Oh yeah, forgot about that.
To be fair, I never would have actually seen the 256-299 case, since my score and timer all go by multiples of 50; as for the 65536-69999 case, I just wasn't patient enough to try large enough values.
Come to think of it, it would probably be worth it to just divide the score and bonus timer by 10 internally and just pad them with an extra 0.
** BUMP **
Was looking for this lib, but the links are all dead. Specifically I'm looking for the one previously at this link:
it's now http://h1.ripway.com/blargg/temp/to_decimal_asm.zip
which was the 2nd link in blargg's post here:
http://nesdev.com/bbs/viewtopi ... 7351#17351
If someone has this, could they re-link it somewhere? Or if it exists somewhere else, could someone give a link?
Thanks!
For any old links of mine, try replacing "www.io.com/~greens" with "h1.ripway.com/blargg". So this one becomes
http://h1.ripway.com/blargg/temp/to_decimal_asm.zip
I was mainly interested in using this to display a kind of coordinate thing up top in my game. I used the one for 2 digits and it works fine for me, so thanks. No more hex output!

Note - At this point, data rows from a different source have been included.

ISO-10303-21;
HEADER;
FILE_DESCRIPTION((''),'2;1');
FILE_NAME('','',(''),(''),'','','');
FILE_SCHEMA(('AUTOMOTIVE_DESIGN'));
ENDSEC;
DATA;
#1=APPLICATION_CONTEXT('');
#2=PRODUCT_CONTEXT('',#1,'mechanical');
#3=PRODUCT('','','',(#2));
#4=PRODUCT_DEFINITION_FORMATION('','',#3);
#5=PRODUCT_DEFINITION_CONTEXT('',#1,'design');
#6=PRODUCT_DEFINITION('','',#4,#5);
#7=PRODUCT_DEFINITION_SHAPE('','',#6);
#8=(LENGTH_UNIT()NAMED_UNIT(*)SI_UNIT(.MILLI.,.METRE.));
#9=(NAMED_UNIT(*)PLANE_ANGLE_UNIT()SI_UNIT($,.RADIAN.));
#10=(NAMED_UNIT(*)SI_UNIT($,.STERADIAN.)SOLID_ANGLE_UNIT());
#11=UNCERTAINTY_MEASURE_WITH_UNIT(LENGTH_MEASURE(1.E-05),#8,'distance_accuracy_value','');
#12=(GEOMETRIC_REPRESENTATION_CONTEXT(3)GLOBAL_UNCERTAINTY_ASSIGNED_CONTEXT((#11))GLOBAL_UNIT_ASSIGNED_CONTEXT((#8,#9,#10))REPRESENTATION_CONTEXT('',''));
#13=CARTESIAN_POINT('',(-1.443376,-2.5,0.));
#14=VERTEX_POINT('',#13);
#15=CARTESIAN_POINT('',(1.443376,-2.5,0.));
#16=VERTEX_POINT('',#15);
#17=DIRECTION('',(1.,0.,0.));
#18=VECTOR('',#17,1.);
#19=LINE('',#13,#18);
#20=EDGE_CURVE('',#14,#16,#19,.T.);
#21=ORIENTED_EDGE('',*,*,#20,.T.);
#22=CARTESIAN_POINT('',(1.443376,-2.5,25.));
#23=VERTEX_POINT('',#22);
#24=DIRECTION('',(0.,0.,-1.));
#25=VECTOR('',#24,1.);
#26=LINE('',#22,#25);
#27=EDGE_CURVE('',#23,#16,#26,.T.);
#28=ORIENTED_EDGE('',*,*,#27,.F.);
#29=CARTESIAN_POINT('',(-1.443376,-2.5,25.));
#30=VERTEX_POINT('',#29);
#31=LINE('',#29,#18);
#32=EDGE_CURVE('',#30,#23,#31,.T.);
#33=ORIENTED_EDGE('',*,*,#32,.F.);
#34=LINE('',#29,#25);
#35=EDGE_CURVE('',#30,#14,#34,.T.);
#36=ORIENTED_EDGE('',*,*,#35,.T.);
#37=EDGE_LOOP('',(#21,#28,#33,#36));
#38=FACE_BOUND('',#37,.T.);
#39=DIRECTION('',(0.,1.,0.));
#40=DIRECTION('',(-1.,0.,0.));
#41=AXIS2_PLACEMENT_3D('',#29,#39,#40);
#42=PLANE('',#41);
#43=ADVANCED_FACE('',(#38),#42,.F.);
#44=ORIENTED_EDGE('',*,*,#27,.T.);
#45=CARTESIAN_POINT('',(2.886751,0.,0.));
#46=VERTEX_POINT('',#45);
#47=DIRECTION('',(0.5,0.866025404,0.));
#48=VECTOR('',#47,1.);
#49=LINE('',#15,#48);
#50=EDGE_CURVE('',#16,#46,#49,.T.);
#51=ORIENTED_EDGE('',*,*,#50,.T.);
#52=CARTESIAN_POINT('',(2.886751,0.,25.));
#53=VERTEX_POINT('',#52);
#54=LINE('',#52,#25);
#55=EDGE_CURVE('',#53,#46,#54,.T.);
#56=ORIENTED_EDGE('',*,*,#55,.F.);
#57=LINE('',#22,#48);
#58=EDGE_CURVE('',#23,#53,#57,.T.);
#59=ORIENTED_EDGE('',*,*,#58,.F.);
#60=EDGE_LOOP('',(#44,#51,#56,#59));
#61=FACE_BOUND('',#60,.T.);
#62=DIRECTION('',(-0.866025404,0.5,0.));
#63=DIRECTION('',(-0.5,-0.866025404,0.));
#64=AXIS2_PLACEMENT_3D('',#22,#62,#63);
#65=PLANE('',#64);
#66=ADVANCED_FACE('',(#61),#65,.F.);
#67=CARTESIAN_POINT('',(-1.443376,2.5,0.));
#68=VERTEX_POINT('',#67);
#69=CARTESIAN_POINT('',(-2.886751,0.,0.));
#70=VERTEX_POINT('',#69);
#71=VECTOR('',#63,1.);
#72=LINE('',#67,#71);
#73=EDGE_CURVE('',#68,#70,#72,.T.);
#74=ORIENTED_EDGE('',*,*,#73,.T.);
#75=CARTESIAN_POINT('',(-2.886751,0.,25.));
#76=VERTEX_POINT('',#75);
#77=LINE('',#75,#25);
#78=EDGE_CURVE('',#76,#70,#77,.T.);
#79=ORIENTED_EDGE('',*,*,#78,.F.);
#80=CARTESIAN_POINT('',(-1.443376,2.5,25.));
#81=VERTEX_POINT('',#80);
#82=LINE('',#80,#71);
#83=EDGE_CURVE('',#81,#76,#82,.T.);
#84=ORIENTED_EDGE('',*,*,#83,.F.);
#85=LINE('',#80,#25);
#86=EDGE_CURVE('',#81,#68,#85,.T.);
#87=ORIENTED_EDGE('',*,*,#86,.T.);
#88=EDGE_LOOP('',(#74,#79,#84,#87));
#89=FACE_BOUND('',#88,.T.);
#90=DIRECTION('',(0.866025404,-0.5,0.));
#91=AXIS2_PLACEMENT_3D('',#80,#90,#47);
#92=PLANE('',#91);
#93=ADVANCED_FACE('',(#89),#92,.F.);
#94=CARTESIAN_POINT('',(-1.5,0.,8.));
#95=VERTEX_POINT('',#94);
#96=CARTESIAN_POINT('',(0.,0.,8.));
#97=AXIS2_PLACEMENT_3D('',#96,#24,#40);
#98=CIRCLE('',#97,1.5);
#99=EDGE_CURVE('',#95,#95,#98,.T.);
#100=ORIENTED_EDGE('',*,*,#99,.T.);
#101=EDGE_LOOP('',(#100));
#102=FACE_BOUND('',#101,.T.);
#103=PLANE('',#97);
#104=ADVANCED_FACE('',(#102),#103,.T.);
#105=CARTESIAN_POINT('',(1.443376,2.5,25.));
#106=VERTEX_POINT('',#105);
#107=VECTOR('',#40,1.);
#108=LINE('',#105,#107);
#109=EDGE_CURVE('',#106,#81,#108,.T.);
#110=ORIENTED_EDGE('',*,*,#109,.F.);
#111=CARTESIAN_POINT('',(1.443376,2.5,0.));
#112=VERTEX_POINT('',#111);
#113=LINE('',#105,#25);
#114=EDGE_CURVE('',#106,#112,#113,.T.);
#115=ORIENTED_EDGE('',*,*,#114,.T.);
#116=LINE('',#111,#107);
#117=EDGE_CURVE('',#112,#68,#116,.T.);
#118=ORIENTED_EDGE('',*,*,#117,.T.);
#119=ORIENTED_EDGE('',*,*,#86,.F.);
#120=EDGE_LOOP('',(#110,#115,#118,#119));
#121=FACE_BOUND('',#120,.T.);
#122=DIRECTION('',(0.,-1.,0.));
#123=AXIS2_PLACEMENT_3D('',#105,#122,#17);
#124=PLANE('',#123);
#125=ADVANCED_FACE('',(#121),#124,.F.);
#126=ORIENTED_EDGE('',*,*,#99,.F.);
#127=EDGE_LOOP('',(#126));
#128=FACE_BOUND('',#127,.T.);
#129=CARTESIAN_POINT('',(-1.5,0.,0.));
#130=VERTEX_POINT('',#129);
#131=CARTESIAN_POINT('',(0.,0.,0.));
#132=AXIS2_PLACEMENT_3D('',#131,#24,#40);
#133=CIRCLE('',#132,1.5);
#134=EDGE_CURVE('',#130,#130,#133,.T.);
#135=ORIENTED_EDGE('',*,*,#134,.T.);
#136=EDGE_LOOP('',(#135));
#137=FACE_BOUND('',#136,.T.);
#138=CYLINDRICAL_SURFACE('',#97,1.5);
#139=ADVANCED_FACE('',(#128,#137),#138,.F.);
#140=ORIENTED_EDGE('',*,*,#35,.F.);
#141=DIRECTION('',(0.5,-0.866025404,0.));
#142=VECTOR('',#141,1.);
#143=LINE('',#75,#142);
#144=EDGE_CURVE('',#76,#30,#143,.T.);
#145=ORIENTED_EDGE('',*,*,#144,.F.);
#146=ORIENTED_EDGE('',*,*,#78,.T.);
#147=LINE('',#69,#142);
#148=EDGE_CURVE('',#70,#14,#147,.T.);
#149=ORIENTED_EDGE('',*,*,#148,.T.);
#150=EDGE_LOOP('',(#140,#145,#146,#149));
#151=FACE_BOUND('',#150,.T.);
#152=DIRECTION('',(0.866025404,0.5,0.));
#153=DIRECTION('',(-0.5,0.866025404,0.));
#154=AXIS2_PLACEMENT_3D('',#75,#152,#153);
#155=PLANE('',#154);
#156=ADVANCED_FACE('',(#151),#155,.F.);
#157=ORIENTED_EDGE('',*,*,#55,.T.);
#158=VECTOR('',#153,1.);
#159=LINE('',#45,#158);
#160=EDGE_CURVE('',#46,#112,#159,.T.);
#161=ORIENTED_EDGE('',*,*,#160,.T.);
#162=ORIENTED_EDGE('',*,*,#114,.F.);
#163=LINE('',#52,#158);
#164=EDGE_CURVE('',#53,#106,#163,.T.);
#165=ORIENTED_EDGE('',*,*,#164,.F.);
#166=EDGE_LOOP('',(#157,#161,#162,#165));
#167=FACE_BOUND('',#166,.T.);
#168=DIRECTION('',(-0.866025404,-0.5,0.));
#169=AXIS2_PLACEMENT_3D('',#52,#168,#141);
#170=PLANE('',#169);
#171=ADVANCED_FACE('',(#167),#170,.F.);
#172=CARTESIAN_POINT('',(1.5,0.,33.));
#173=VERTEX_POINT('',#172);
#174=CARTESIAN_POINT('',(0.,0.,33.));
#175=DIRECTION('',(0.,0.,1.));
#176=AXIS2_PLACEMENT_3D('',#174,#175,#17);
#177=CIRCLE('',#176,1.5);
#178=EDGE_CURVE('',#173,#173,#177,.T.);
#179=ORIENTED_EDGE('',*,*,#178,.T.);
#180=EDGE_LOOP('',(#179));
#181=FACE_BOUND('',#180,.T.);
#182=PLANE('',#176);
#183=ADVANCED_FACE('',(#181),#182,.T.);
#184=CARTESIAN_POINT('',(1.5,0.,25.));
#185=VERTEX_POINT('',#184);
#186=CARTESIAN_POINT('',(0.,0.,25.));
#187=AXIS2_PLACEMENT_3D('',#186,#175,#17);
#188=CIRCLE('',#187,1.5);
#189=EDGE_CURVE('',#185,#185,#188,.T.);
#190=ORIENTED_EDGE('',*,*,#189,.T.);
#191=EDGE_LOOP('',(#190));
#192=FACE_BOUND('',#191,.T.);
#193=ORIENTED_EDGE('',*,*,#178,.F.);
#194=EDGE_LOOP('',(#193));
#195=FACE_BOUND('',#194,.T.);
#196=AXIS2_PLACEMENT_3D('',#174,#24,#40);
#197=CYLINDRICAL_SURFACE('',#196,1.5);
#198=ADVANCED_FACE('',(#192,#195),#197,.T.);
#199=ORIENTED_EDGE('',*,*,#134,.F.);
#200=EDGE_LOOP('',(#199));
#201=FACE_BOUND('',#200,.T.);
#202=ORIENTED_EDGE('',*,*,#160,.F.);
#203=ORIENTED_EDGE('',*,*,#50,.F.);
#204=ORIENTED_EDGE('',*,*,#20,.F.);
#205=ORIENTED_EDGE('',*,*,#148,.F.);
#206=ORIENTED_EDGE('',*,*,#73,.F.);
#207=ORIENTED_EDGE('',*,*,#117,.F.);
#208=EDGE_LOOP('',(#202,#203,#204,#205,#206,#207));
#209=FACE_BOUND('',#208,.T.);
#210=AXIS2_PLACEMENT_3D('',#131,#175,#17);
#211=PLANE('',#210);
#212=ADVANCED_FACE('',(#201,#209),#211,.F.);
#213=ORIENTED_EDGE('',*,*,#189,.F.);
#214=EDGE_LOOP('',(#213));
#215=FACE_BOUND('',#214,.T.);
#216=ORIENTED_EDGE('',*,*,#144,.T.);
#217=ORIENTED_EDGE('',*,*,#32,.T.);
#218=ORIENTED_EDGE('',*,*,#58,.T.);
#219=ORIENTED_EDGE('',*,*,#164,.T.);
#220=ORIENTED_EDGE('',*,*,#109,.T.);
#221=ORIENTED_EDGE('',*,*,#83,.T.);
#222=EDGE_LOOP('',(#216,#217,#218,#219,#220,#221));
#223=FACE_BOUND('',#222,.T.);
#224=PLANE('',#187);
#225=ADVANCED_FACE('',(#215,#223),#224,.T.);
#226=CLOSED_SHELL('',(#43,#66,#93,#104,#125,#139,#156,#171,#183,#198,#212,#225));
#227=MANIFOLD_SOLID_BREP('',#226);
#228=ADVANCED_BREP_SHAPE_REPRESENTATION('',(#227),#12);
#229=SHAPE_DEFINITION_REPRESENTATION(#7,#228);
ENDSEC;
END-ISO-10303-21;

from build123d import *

# Parameters (mm, degrees)
BOSS_EXTRU_1_DEPTH      = 25
ESQUISSE2_R             = 1.5
BOSS_EXTRU_2_DEPTH      = 8
ESQUISSE3_R             = 1.5
ENL_V_MAT_EXTRU_1_DEPTH = 8


with BuildPart() as part:
    # Esquisse1 → Boss.-Extru.1 (new body)
    with BuildSketch(Plane.XY):
        Polygon((2.886751346, 0), (1.443375673, 2.5), (-1.443375673, 2.5), (-2.886751346, 0), (-1.443375673, -2.5), (1.443375673, -2.5), align=None)
    extrude(amount=BOSS_EXTRU_1_DEPTH)

    # Esquisse2 → Boss.-Extru.2 (add)
    with BuildSketch(Plane.XY.offset(25)):
        Circle(ESQUISSE2_R)
    extrude(amount=BOSS_EXTRU_2_DEPTH)

    # Esquisse3 → Enlèv. mat.-Extru.1 (cut)
    with BuildSketch(Plane(origin=(0, 0, 0), x_dir=(-1, 0, 0), z_dir=(0, 0, -1))):
        with Locations(Location((0, 0, 0), (0, 0, 180))):
            Circle(ESQUISSE3_R)
    extrude(amount=-ENL_V_MAT_EXTRU_1_DEPTH, mode=Mode.SUBTRACT)


solid = part.part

I just revised my Bin to Dec routines, and I thought I'd post them up if anyone is interested:
http://www.freewebs.com/the_bott/BinToDec.asm
The major con to this is that it compiles to 1000 (exactly) bytes, but it's the same speed every time, no matter what the number is:
8 bits: 118 cycles
16 bits: 263 cycles
24 bits: 475 cycles
I like those speeds quite a bit, but it's true it's quite space-hogging (it's not a big deal for me though).
One could take out the 24 bit routine (and the tables it uses) to cut it all down to roughly 700 bytes (maybe less), or one could even cut the 8 bit routine out if it didn't seem worthwhile.
For anyone who hasn't been following the thread since 3 years ago, my method revolves around the fact that a value like $3A5D is the equivalent to $3000 + $A00 + $50 + $D. It uses tables of pre-calculated hex to decimal values for each hex digit place. So one of the tables contains the pre-converted decimal value for $0000, $1000, $2000, $3000, ... $E000, and $F000, while another contains the values for $000, $100, $200, $300 ... $E00, and $F00, etc. It simulates pen-and-paper decimal addition using the data from these tables, and returns each decimal digit in a ZP variable. It uses 11 bytes of zero page, also. So all you have to do is put the hex values in Hex0, Hex1, and Hex2 (just the first for 8 bits, the first 2 for 16, and all for 24 bit conversion), and it returns the values in DecOnes, DecTens, DecHundreds, DecThousands, DecTenThousands, DecHundredThousands, DecMillions, and DecTenMillions (obviously depending on the bit width of the hex value).
Just thought I'd post for anyone who's interested.